[Saved entries]
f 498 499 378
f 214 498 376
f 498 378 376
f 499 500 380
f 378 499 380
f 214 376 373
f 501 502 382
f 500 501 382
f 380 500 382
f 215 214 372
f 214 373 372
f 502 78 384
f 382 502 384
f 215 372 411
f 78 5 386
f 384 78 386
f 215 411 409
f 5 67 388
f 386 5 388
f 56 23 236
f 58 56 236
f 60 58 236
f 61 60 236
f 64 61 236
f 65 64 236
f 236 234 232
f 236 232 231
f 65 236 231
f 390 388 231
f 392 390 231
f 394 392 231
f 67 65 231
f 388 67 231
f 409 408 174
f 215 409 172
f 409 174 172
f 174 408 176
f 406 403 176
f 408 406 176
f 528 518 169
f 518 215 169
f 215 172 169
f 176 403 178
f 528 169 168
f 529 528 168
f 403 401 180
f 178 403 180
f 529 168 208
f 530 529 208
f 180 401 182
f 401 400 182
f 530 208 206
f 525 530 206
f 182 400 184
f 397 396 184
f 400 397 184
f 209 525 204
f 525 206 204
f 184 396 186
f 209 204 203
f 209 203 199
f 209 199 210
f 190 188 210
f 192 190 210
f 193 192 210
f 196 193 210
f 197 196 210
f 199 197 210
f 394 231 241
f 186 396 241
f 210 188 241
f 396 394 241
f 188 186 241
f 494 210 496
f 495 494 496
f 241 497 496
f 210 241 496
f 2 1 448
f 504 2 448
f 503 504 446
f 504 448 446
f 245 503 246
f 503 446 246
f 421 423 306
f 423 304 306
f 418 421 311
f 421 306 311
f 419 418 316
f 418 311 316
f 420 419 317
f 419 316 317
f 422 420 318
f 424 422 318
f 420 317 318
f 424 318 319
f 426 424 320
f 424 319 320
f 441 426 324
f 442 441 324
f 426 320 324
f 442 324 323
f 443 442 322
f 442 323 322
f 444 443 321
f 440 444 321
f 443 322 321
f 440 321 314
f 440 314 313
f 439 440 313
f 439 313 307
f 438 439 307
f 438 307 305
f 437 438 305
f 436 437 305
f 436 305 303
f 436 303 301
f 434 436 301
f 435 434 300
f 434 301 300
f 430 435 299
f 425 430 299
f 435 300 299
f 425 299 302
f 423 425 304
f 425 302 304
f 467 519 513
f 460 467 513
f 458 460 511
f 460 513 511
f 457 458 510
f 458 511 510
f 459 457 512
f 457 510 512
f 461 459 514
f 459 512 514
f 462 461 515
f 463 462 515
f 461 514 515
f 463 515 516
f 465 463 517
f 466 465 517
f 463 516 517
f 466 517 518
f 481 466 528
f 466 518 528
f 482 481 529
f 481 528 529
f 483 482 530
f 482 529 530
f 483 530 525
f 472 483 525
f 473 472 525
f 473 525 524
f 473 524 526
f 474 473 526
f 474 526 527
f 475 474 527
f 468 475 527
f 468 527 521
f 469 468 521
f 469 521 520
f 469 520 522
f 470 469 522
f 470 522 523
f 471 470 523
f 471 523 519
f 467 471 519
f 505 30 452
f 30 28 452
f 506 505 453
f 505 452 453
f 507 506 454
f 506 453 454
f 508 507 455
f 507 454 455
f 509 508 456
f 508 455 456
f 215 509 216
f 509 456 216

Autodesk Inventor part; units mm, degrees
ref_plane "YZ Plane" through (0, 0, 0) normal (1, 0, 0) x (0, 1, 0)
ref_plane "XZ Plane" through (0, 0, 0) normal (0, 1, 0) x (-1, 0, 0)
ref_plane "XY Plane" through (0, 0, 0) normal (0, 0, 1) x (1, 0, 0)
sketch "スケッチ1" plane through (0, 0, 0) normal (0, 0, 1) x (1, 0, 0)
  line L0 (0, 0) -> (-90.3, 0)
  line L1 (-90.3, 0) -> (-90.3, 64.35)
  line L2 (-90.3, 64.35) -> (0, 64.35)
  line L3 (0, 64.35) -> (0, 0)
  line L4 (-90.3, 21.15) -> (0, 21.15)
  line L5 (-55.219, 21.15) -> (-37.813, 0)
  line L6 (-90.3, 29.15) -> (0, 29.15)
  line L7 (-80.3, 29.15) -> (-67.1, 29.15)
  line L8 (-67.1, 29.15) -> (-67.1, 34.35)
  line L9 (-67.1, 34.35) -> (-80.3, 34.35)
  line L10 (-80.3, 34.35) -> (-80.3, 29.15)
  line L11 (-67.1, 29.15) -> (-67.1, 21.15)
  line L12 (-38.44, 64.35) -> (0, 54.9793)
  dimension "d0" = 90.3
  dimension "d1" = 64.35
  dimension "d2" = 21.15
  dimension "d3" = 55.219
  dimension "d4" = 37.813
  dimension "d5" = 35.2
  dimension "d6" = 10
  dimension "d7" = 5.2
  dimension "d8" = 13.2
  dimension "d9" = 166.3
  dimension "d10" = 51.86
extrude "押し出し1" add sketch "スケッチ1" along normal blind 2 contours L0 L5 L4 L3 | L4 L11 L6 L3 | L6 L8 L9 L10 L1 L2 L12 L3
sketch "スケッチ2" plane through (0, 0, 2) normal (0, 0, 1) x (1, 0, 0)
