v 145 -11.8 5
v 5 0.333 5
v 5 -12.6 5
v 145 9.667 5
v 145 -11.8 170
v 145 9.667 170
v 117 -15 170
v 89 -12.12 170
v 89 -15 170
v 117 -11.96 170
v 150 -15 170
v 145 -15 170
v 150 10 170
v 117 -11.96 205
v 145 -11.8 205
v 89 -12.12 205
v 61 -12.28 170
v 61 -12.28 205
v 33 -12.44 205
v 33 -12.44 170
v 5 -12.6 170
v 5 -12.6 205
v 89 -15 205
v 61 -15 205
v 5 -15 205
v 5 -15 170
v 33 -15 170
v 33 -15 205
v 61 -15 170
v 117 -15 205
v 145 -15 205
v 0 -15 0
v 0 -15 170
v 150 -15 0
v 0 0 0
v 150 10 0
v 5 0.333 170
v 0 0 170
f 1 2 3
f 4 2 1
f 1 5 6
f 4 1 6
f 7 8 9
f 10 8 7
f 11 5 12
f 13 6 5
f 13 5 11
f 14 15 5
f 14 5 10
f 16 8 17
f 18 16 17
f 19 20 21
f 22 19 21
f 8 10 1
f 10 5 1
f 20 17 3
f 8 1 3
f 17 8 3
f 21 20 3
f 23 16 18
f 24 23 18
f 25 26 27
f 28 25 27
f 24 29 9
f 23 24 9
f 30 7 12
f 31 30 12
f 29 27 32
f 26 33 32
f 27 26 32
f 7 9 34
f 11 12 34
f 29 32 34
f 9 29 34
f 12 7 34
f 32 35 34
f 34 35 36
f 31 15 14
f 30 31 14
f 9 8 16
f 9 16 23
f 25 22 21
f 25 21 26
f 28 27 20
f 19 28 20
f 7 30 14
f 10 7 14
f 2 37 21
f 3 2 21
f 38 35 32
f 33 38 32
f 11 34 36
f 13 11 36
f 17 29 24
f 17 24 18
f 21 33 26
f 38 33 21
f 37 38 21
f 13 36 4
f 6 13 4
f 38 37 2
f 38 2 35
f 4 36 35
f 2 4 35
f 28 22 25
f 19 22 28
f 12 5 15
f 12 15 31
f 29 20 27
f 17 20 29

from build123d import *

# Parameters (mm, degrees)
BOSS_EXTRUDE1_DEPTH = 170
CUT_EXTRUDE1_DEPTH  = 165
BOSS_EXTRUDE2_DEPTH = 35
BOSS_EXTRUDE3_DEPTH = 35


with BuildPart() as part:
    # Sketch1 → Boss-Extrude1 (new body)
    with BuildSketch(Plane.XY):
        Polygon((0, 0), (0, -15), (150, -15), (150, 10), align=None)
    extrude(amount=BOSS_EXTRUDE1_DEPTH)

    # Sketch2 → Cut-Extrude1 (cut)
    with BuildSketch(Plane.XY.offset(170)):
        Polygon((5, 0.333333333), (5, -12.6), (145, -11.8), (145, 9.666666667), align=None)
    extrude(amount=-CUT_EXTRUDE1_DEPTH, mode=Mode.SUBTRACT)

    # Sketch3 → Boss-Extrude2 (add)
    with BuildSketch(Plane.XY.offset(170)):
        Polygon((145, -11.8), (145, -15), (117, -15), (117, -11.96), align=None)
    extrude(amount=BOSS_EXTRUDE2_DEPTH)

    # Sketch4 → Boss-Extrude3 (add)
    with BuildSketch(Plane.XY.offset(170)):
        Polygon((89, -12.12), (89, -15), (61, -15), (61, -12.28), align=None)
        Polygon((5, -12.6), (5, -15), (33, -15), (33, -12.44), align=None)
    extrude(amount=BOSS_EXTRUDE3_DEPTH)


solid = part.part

--

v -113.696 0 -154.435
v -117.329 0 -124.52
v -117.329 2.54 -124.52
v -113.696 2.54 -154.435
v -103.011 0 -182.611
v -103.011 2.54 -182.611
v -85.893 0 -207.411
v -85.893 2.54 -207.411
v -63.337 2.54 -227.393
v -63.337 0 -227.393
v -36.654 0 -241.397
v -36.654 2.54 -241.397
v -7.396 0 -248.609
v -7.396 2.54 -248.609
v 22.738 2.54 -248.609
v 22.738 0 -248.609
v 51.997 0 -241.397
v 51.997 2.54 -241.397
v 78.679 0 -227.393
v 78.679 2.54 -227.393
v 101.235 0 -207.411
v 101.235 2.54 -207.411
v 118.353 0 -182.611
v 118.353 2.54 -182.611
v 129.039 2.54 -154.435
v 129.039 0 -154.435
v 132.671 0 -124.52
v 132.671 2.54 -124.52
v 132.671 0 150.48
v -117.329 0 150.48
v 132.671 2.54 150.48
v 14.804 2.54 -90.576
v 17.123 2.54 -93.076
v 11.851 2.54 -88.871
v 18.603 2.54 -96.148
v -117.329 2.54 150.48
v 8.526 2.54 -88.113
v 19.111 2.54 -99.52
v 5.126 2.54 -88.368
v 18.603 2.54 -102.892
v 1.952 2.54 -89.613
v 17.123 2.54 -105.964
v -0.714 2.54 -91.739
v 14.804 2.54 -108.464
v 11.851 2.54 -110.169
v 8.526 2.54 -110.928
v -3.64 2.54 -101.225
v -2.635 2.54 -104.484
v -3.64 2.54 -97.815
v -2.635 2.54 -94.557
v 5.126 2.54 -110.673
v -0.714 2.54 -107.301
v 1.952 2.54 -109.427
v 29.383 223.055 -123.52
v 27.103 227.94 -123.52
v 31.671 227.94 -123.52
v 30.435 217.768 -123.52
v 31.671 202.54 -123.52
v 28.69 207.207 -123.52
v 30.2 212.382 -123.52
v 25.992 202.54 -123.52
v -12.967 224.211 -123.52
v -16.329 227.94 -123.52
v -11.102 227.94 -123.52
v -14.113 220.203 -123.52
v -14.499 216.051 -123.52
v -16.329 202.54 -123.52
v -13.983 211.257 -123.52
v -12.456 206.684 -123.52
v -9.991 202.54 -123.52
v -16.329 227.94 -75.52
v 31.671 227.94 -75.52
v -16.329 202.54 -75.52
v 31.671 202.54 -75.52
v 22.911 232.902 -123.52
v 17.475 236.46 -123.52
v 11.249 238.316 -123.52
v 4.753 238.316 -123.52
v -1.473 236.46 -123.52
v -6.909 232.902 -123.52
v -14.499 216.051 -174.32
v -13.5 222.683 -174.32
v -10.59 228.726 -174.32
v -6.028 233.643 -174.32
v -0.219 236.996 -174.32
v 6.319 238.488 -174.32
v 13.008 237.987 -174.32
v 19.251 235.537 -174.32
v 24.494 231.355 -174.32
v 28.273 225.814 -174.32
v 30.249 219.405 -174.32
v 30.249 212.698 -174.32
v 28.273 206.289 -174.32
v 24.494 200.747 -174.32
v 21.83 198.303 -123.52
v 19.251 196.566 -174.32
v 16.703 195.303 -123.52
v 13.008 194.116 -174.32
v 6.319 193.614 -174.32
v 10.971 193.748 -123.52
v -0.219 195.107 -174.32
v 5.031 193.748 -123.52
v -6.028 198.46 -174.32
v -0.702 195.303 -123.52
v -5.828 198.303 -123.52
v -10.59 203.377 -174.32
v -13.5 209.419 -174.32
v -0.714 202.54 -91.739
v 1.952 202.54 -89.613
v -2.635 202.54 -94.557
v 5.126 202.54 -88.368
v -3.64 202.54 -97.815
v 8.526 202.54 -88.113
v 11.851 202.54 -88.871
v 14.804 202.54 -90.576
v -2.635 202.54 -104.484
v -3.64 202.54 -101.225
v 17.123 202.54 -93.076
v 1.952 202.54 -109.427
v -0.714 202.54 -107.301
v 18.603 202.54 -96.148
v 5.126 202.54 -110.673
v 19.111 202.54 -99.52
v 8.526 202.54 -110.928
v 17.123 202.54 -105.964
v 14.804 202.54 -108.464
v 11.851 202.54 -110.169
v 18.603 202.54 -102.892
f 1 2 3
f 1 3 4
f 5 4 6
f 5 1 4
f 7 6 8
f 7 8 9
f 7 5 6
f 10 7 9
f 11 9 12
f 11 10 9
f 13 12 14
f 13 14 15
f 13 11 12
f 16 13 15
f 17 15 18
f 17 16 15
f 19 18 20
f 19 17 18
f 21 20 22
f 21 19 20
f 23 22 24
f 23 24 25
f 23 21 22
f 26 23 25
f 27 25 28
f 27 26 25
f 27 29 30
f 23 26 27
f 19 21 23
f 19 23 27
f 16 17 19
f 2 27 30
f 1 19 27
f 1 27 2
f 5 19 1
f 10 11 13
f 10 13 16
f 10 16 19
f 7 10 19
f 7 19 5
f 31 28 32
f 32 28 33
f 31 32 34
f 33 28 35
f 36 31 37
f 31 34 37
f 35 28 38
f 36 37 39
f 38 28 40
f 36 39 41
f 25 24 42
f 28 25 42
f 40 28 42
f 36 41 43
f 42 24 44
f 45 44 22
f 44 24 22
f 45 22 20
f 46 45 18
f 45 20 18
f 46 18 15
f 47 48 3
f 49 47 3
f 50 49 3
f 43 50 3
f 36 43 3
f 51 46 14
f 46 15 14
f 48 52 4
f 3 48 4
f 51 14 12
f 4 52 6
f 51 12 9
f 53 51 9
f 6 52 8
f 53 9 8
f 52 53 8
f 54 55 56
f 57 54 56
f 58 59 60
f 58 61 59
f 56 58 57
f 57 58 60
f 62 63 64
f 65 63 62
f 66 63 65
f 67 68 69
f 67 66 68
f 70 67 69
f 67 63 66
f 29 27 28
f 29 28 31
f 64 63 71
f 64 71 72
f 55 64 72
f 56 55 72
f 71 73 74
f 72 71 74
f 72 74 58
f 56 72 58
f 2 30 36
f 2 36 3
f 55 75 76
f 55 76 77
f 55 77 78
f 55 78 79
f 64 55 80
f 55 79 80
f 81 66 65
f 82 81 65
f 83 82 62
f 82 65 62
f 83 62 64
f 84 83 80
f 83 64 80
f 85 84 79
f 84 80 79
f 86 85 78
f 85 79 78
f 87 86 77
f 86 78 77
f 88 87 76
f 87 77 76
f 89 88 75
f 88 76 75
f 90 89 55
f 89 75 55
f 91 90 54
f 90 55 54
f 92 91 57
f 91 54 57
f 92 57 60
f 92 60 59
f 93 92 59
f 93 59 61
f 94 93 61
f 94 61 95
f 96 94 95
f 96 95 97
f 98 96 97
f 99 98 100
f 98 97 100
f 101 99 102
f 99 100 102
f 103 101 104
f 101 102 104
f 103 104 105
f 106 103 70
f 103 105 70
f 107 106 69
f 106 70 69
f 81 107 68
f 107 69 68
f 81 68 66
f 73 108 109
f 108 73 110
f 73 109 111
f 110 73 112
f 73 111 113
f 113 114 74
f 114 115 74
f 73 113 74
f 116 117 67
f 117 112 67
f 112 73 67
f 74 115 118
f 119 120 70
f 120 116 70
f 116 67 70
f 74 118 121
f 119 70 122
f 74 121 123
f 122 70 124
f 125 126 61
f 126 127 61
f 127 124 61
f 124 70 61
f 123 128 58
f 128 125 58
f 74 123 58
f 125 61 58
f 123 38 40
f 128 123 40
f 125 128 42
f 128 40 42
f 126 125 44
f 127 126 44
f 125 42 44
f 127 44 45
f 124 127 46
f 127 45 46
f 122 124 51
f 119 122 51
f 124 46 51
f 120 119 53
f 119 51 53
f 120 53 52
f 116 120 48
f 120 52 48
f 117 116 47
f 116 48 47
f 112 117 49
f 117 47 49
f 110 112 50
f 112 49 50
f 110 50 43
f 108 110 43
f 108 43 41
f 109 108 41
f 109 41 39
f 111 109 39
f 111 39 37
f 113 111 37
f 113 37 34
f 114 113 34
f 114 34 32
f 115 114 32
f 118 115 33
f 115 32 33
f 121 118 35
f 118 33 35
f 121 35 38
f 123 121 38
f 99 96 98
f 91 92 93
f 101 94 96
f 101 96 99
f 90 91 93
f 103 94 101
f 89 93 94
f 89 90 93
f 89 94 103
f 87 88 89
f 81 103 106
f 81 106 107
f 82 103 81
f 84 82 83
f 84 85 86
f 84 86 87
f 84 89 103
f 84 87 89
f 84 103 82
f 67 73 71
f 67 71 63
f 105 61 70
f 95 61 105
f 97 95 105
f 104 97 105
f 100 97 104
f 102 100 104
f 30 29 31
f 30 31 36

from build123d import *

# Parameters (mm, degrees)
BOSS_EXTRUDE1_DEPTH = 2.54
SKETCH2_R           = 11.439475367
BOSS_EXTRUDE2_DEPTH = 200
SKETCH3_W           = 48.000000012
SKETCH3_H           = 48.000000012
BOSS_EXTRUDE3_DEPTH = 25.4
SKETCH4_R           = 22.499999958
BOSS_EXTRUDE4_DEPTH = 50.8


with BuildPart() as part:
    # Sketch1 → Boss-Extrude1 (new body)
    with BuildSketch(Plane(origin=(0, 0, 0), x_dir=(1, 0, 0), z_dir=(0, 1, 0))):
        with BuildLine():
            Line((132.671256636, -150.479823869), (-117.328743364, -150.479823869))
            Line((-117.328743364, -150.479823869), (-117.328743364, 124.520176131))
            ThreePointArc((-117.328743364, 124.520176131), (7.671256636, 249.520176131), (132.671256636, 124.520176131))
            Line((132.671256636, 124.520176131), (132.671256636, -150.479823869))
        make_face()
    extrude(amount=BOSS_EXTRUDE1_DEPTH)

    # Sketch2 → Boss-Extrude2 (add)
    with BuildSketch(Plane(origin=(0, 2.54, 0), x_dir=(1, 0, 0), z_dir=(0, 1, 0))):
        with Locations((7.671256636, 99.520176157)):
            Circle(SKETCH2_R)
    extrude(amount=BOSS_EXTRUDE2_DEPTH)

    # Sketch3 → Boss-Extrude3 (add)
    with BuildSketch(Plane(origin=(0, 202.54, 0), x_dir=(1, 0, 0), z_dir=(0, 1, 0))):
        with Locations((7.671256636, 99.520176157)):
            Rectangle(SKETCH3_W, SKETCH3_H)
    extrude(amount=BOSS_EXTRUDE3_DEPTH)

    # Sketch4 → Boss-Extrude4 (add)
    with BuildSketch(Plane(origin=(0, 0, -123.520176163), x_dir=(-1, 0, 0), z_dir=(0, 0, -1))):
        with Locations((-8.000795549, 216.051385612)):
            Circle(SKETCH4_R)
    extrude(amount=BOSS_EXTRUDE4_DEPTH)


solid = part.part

What you have to do:
Return the span of lines in the data above that opens at the line with "f 241 497 496" and closes at the line with "f 469 521 520", exactly, ends included, nothing else.

Solution to the problem:
f 241 497 496
f 210 241 496
f 2 1 448
f 504 2 448
f 503 504 446
f 504 448 446
f 245 503 246
f 503 446 246
f 421 423 306
f 423 304 306
f 418 421 311
f 421 306 311
f 419 418 316
f 418 311 316
f 420 419 317
f 419 316 317
f 422 420 318
f 424 422 318
f 420 317 318
f 424 318 319
f 426 424 320
f 424 319 320
f 441 426 324
f 442 441 324
f 426 320 324
f 442 324 323
f 443 442 322
f 442 323 322
f 444 443 321
f 440 444 321
f 443 322 321
f 440 321 314
f 440 314 313
f 439 440 313
f 439 313 307
f 438 439 307
f 438 307 305
f 437 438 305
f 436 437 305
f 436 305 303
f 436 303 301
f 434 436 301
f 435 434 300
f 434 301 300
f 430 435 299
f 425 430 299
f 435 300 299
f 425 299 302
f 423 425 304
f 425 302 304
f 467 519 513
f 460 467 513
f 458 460 511
f 460 513 511
f 457 458 510
f 458 511 510
f 459 457 512
f 457 510 512
f 461 459 514
f 459 512 514
f 462 461 515
f 463 462 515
f 461 514 515
f 463 515 516
f 465 463 517
f 466 465 517
f 463 516 517
f 466 517 518
f 481 466 528
f 466 518 528
f 482 481 529
f 481 528 529
f 483 482 530
f 482 529 530
f 483 530 525
f 472 483 525
f 473 472 525
f 473 525 524
f 473 524 526
f 474 473 526
f 474 526 527
f 475 474 527
f 468 475 527
f 468 527 521
f 469 468 521
f 469 521 520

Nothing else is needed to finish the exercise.